Problem

Given an array of n positive integers and a positive integers, find the minimal length of a contiguous subarray of which the sum ≥s. If there isn't one, return 0 instead.

For example, given the array[2,3,1,2,4,3]ands = 7,
the subarray[4,3]has the minimal length under the problem constraint.

Solution:

Approach 1: with time O(n)

1. create prefix sum array of size n + 1 for all elements of nums from i = 0 to n - 1 mapping to i = 1 to n with preSums[0] = 0

2. use a deque and a local variable curSum To loop thru preSums:

   1. append preSum[i] if the curSum < s
   2. record length and deque.popleft() if curSum >= s

3. return the shortest length

Approach 2: with time O(n log n)

1. create prefix sum array like Approach one
2. loop thru prefix sum, for each element i,
   1. binary search to find the smallest following element j, such that preSums[j] - preSums[i] >= s
3. return result

be careful with return conditions. Read problem carefully. and Remember to mark the problem in code. write the code immediately for careful return conditions

Python Solution:

time O(n)

import sys
from collections import deque
class Solution(object):


    def minSubArrayLen(self, s, nums):
        """
        :type s: int
        :type nums: List[int]
        :rtype: int
        """

        # there isn't one, return 0 instead.
        q = deque()
        i = 0
        n = len(nums)
        curSum = 0
        resLen = sys.maxint
        while i < n:
            while i < n and curSum < s:
                q.append(nums[i])
                curSum += nums[i]
                i += 1
            while curSum >= s:
                resLen = min(resLen, len(q))
                curSum -= q.popleft()
        if resLen == sys.maxint:
            return 0
        return resLen

time O(n log n )

import sys

class Solution(object):
    def minSubArrayLen(self, s, nums):
        """
        :type s: int
        :type nums: List[int]
        :rtype: int
        """
        return self.solveNlogN(s, nums)

    def solveNlogN(self, s, nums):
        n = len(nums)
        preSums = [0] * (n+1)
        # setup prefix sums 
        for i in range(n):
            preSums[i+1] = preSums[i] + nums[i]

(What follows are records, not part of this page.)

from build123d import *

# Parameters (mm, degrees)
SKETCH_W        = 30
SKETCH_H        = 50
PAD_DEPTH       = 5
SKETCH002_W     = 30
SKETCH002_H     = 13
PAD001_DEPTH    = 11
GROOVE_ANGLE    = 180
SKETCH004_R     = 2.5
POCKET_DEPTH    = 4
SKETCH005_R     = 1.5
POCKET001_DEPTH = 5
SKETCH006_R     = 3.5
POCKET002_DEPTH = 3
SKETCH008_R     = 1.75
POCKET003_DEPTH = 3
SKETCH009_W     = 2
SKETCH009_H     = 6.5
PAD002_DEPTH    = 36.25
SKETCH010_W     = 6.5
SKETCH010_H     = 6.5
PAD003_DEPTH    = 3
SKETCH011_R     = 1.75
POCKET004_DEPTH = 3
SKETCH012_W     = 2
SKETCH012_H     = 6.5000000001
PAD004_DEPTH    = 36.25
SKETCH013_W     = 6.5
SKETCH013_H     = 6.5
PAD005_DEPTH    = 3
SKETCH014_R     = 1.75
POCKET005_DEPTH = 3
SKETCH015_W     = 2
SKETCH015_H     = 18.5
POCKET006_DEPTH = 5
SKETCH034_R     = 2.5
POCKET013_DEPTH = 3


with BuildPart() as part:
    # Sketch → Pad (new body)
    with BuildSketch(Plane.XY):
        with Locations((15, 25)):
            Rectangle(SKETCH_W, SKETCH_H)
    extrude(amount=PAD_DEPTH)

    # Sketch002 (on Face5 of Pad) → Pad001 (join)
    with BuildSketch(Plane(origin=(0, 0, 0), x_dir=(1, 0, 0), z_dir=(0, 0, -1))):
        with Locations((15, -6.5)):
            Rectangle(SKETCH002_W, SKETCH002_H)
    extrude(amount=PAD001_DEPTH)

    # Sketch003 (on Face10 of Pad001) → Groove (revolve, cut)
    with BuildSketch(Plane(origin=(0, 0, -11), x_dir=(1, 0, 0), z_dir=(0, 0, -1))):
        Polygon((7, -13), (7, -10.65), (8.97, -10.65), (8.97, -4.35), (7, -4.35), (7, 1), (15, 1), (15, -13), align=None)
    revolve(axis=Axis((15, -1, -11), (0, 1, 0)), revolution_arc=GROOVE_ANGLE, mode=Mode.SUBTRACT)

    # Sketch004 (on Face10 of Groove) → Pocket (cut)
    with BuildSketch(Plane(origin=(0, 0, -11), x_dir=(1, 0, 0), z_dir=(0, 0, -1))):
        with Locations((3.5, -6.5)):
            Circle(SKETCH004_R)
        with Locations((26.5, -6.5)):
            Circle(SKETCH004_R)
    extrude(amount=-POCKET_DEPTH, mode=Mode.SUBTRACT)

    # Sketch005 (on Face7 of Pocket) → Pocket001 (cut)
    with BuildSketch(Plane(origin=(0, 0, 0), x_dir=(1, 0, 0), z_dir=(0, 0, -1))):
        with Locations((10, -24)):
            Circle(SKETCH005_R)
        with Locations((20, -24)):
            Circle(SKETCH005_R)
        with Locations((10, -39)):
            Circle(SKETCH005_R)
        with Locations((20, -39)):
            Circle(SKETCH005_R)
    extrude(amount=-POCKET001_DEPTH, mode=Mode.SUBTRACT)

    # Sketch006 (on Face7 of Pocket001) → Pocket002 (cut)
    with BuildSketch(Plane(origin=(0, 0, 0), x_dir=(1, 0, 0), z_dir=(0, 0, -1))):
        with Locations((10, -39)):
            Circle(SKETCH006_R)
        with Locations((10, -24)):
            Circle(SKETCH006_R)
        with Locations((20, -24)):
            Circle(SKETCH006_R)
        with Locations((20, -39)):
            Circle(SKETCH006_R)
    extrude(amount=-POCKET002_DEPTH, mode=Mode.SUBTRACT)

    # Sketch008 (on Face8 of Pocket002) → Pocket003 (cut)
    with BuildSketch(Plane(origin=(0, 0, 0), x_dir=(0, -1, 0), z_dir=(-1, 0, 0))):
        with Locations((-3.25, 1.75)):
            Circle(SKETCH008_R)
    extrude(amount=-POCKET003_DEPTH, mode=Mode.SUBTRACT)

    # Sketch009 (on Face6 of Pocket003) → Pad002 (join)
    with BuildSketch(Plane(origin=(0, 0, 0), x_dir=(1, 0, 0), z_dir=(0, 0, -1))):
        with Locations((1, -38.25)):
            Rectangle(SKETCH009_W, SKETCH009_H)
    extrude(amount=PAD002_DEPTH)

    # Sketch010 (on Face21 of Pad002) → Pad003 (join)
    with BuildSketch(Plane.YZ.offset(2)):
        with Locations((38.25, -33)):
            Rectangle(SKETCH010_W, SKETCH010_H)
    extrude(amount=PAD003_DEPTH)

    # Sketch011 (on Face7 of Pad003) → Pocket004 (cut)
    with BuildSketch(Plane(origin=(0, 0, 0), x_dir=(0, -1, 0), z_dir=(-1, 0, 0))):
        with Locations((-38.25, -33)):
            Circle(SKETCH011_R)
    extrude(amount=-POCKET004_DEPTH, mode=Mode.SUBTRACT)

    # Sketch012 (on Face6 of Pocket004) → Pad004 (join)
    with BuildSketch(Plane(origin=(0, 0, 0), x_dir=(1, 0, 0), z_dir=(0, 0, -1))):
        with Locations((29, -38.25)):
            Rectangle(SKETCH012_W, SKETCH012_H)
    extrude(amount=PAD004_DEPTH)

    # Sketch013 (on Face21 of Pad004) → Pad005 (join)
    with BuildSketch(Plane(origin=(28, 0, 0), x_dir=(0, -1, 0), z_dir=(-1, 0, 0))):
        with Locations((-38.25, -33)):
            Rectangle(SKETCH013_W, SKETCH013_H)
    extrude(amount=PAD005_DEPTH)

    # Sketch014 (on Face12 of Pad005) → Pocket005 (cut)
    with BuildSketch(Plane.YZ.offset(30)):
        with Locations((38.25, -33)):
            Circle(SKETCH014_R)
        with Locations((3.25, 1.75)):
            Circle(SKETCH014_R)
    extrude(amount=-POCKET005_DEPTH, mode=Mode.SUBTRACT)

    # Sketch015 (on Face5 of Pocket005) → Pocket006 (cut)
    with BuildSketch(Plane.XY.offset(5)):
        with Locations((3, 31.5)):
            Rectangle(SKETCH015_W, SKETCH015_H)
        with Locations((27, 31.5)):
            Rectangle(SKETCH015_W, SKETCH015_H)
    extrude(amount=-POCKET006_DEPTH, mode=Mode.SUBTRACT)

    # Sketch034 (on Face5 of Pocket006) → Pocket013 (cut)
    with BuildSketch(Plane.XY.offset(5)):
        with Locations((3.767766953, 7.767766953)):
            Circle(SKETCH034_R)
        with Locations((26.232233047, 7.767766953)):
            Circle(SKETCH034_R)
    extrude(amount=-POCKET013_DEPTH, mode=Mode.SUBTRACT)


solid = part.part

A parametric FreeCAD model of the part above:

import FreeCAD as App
import Part
import Sketcher

V = App.Vector
Q = App.Units.Quantity


def add_polygon(sketch, points):
    """Adds a closed chain of lines whose ends are joined by coincident constraints."""
    first, n = sketch.GeometryCount, len(points)
    for a, b in zip(points, points[1:] + points[:1]):
        sketch.addGeometry(Part.LineSegment(App.Vector(*a, 0), App.Vector(*b, 0)), False)
    for i in range(n):
        sketch.addConstraint(Sketcher.Constraint("Coincident", first + i, 2, first + (i + 1) % n, 1))

doc = App.newDocument("Part")
body = doc.addObject("PartDesign::Body", "Body")

# Sketch on XY plane
sketch1 = doc.addObject("Sketcher::SketchObject", "Sketch")
body.addObject(sketch1)
sketch1.AttachmentSupport = (doc.XY_Plane, [""])
sketch1.MapMode = "FlatFace"
add_polygon(sketch1, [(0, 50), (0, 0), (30, 0), (30, 50)])  # lines 0-3
sketch1.addConstraint(Sketcher.Constraint("Vertical", 0))
sketch1.addConstraint(Sketcher.Constraint("Horizontal", 1))
sketch1.addConstraint(Sketcher.Constraint("Vertical", 2))
sketch1.addConstraint(Sketcher.Constraint("Horizontal", 3))
sketch1.addConstraint(Sketcher.Constraint("Coincident", 0, 2, -1, 1))
sketch1.addConstraint(Sketcher.Constraint("DistanceX", 1, 1, 1, 2, Q("30 mm")))
sketch1.addConstraint(Sketcher.Constraint("DistanceY", 0, 2, 0, 1, Q("50 mm")))
pad1 = doc.addObject("PartDesign::Pad", "Pad")
body.addObject(pad1)
pad1.Profile = sketch1
pad1.Length = 5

        # for each i, the rest of it can be binary searched to find out the result
        res = sys.maxint
        for i in range(n):
            temp = self.binarySearch(i + 1, n, preSums, s, i)
            res = min(temp , res)

        if res == sys.maxint:
            return 0
        else:
            return res

    def binarySearch(self, l, r, preSums, s, start):

        while l + 1 < r:
            mid = l + (r - l) / 2
            if preSums[mid] - preSums[start] >= s:
                r = mid
            else:
                l = mid
        if preSums[l] - preSums[start] >= s:
            return l - start
        elif preSums[r] - preSums[start] >= s:
            return r - start
        else:
            return sys.maxint